— TASK ITEM —
Take the material below and output exactly the run of lines from the one containing "extrude(amount=-EXTRUDE_198_DEPTH)" down to the one containing "Rectangle(SKETCH_6_W, SKETCH_6_H)", with both included.
────────────────────────────────────────
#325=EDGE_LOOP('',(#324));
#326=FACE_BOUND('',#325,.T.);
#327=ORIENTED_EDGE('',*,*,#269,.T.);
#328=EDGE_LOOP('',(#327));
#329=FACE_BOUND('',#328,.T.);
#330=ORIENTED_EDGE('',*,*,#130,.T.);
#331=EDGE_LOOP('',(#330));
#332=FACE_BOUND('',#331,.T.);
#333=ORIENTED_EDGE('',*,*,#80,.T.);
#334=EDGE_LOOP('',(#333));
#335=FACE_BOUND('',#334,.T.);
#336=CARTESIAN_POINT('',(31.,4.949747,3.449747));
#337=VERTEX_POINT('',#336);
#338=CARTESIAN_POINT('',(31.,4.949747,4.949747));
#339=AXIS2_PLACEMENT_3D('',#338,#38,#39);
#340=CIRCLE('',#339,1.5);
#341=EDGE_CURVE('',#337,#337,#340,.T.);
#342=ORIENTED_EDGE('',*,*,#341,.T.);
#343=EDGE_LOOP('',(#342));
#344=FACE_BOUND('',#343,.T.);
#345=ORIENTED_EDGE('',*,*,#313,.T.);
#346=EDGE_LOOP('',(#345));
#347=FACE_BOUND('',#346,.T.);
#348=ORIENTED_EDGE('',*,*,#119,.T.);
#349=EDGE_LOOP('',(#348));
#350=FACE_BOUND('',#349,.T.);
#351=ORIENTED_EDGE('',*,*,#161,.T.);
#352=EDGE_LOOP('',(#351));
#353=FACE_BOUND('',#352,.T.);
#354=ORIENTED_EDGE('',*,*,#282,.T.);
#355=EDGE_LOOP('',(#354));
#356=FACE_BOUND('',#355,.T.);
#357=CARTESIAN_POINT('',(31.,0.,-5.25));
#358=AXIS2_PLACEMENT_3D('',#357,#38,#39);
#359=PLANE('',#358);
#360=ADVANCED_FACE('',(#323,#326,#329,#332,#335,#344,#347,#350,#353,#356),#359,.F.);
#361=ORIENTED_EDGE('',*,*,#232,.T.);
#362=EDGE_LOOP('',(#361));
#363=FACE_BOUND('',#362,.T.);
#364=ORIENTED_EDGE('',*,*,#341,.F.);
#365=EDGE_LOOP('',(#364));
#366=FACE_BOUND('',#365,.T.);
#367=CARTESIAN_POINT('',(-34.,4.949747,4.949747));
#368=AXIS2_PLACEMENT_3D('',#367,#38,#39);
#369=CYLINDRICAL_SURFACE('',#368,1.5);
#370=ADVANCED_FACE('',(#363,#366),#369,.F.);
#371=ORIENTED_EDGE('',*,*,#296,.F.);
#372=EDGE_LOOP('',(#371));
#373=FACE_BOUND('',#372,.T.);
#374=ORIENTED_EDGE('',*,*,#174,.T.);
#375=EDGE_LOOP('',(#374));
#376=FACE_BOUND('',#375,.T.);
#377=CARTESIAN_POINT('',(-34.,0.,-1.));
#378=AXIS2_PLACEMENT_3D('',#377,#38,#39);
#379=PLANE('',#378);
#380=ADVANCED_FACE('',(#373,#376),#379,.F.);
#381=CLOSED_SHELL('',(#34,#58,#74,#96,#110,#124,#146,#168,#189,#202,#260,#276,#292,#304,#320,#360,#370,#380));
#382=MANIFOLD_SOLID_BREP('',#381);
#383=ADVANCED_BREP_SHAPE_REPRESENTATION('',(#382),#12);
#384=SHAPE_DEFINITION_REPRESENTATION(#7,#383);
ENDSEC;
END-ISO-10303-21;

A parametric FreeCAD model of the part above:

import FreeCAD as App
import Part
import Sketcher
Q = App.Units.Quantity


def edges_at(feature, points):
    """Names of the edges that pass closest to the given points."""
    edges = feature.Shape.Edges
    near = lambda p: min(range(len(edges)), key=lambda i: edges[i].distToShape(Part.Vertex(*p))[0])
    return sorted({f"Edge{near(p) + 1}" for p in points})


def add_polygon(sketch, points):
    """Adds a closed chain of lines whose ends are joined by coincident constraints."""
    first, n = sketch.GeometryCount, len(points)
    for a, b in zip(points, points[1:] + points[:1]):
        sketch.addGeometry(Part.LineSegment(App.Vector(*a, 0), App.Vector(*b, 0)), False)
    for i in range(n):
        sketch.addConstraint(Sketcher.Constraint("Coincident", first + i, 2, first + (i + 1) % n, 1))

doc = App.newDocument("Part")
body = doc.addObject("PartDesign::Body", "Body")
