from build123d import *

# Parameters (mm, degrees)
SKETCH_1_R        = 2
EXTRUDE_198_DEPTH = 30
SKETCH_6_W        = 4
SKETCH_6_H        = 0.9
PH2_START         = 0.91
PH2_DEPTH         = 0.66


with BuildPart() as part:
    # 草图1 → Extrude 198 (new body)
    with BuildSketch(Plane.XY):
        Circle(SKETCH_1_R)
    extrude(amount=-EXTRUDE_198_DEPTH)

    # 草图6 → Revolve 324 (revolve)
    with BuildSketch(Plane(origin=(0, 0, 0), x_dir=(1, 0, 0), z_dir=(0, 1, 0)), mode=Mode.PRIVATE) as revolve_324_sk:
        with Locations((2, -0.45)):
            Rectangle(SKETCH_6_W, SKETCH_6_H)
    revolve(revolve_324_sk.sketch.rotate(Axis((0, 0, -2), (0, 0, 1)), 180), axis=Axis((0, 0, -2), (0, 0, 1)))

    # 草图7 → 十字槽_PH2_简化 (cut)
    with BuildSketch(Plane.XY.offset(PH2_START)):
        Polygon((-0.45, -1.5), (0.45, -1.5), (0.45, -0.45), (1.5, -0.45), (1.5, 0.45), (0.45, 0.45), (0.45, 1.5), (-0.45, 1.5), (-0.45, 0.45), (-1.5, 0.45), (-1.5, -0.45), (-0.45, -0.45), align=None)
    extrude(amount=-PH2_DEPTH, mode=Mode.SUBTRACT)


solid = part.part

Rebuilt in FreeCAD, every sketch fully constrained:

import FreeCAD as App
import Part
import Sketcher
from FreeCAD import Vector

doc = App.newDocument("Part")
body = doc.addObject("PartDesign::Body", "Body")

# Sketch on XY plane
sketch1 = body.newObject("Sketcher::SketchObject", "Sketch")
sketch1.AttachmentSupport = (doc.getObject("XY_Plane"), [""])
sketch1.MapMode = "FlatFace"
sketch1.addGeometry(Part.Circle(Vector(0, 0, 0), Vector(0, 0, 1), 2), False)
sketch1.addConstraint(Sketcher.Constraint("Coincident", 0, 3, -1, 1))
sketch1.addConstraint(Sketcher.Constraint("Diameter", 0, 4.0))
pad1 = body.newObject("PartDesign::Pad", "Pad")
pad1.Profile = sketch1
pad1.Length = 30
pad1.Reversed = True

# Sketch on XZ plane
sketch2 = body.newObject("Sketcher::SketchObject", "Sketch001")
sketch2.AttachmentSupport = (doc.getObject("XZ_Plane"), [""])
sketch2.MapMode = "FlatFace"
sketch2.addGeometry(Part.LineSegment(Vector(0, 0, 0), Vector(0, 0.9, 0)), False)
sketch2.addGeometry(Part.LineSegment(Vector(0, 0.9, 0), Vector(4, 0.9, 0)), False)
sketch2.addGeometry(Part.LineSegment(Vector(4, 0.9, 0), Vector(4, 0, 0)), False)
sketch2.addGeometry(Part.LineSegment(Vector(4, 0, 0), Vector(0, 0, 0)), False)
sketch2.addConstraint(Sketcher.Constraint("Coincident", 0, 2, 1, 1))
sketch2.addConstraint(Sketcher.Constraint("Coincident", 1, 2, 2, 1))
sketch2.addConstraint(Sketcher.Constraint("Coincident", 2, 2, 3, 1))
sketch2.addConstraint(Sketcher.Constraint("Coincident", 3, 2, 0, 1))
sketch2.addConstraint(Sketcher.Constraint("Vertical", 0))
sketch2.addConstraint(Sketcher.Constraint("Horizontal", 1))
sketch2.addConstraint(Sketcher.Constraint("Vertical", 2))
sketch2.addConstraint(Sketcher.Constraint("Horizontal", 3))
sketch2.addConstraint(Sketcher.Constraint("Coincident", 3, 2, -1, 1))
sketch2.addConstraint(Sketcher.Constraint("DistanceX", 1, 1, 1, 2, 4.0))
sketch2.addConstraint(Sketcher.Constraint("DistanceY", 0, 1, 0, 2, 0.9))
revolution = body.newObject("PartDesign::Revolution", "Revolution")
revolution.Profile = sketch2
revolution.ReferenceAxis = (sketch2, ["V_Axis"])
revolution.Angle = 360

# Sketch on XY plane
sketch3 = body.newObject("Sketcher::SketchObject", "Sketch002")
sketch3.AttachmentSupport = (doc.getObject("XY_Plane"), [""])
sketch3.MapMode = "FlatFace"
sketch3.AttachmentOffset = App.Placement(Vector(0, 0, 0.91), App.Rotation())
sketch3.addGeometry(Part.LineSegment(Vector(-0.45, -1.5, 0), Vector(0.45, -1.5, 0)), False)
sketch3.addGeometry(Part.LineSegment(Vector(0.45, -1.5, 0), Vector(0.45, -0.45, 0)), False)
sketch3.addGeometry(Part.LineSegment(Vector(0.45, -0.45, 0), Vector(1.5, -0.45, 0)), False)
sketch3.addGeometry(Part.LineSegment(Vector(1.5, -0.45, 0), Vector(1.5, 0.45, 0)), False)
sketch3.addGeometry(Part.LineSegment(Vector(1.5, 0.45, 0), Vector(0.45, 0.45, 0)), False)
sketch3.addGeometry(Part.LineSegment(Vector(0.45, 0.45, 0), Vector(0.45, 1.5, 0)), False)
sketch3.addGeometry(Part.LineSegment(Vector(0.45, 1.5, 0), Vector(-0.45, 1.5, 0)), False)
sketch3.addGeometry(Part.LineSegment(Vector(-0.45, 1.5, 0), Vector(-0.45, 0.45, 0)), False)
sketch3.addGeometry(Part.LineSegment(Vector(-0.45, 0.45, 0), Vector(-1.5, 0.45, 0)), False)
sketch3.addGeometry(Part.LineSegment(Vector(-1.5, 0.45, 0), Vector(-1.5, -0.45, 0)), False)
sketch3.addGeometry(Part.LineSegment(Vector(-1.5, -0.45, 0), Vector(-0.45, -0.45, 0)), False)
sketch3.addGeometry(Part.LineSegment(Vector(-0.45, -0.45, 0), Vector(-0.45, -1.5, 0)), False)
sketch3.addConstraint(Sketcher.Constraint("Coincident", 0, 2, 1, 1))
sketch3.addConstraint(Sketcher.Constraint("Coincident", 1, 2, 2, 1))
sketch3.addConstraint(Sketcher.Constraint("Coincident", 2, 2, 3, 1))
sketch3.addConstraint(Sketcher.Constraint("Coincident", 3, 2, 4, 1))
sketch3.addConstraint(Sketcher.Constraint("Coincident", 4, 2, 5, 1))
sketch3.addConstraint(Sketcher.Constraint("Coincident", 5, 2, 6, 1))
sketch3.addConstraint(Sketcher.Constraint("Coincident", 6, 2, 7, 1))
sketch3.addConstraint(Sketcher.Constraint("Coincident", 7, 2, 8, 1))
sketch3.addConstraint(Sketcher.Constraint("Coincident", 8, 2, 9, 1))
sketch3.addConstraint(Sketcher.Constraint("Coincident", 9, 2, 10, 1))
sketch3.addConstraint(Sketcher.Constraint("Coincident", 10, 2, 11, 1))
sketch3.addConstraint(Sketcher.Constraint("Coincident", 11, 2, 0, 1))
sketch3.addConstraint(Sketcher.Constraint("Horizontal", 0))
sketch3.addConstraint(Sketcher.Constraint("Vertical", 1))
sketch3.addConstraint(Sketcher.Constraint("Horizontal", 2))
sketch3.addConstraint(Sketcher.Constraint("Vertical", 3))
sketch3.addConstraint(Sketcher.Constraint("Horizontal", 4))
sketch3.addConstraint(Sketcher.Constraint("Vertical", 5))
sketch3.addConstraint(Sketcher.Constraint("Horizontal", 6))
sketch3.addConstraint(Sketcher.Constraint("Vertical", 7))
sketch3.addConstraint(Sketcher.Constraint("Horizontal", 8))
sketch3.addConstraint(Sketcher.Constraint("Vertical", 9))
sketch3.addConstraint(Sketcher.Constraint("Horizontal", 10))
sketch3.addConstraint(Sketcher.Constraint("Vertical", 11))
sketch3.addConstraint(Sketcher.Constraint("Symmetric", 0, 2, 6, 2, -1, 1))
sketch3.addConstraint(Sketcher.Constraint("Symmetric", 2, 2, 8, 2, -1, 1))
sketch3.addConstraint(Sketcher.Constraint("Symmetric", 4, 2, 10, 2, -1, 1))
sketch3.addConstraint(Sketcher.Constraint("Symmetric", 4, 2, 7, 2, -2))
sketch3.addConstraint(Sketcher.Constraint("Equal", 10, 1))
sketch3.addConstraint(Sketcher.Constraint("Equal", 6, 3))
sketch3.addConstraint(Sketcher.Constraint("DistanceX", 0, 1, 0, 2, 0.9))
sketch3.addConstraint(Sketcher.Constraint("DistanceY", 0, 2, 5, 2, 3.0))
pocket1 = body.newObject("PartDesign::Pocket", "Pocket")
pocket1.Profile = sketch3
pocket1.Length = 0.66

doc.recompute()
────────────────────────────────────────
— ANSWER AREA —
    extrude(amount=-EXTRUDE_198_DEPTH)

    # 草图6 → Revolve 324 (revolve)
    with BuildSketch(Plane(origin=(0, 0, 0), x_dir=(1, 0, 0), z_dir=(0, 1, 0)), mode=Mode.PRIVATE) as revolve_324_sk:
        with Locations((2, -0.45)):
            Rectangle(SKETCH_6_W, SKETCH_6_H)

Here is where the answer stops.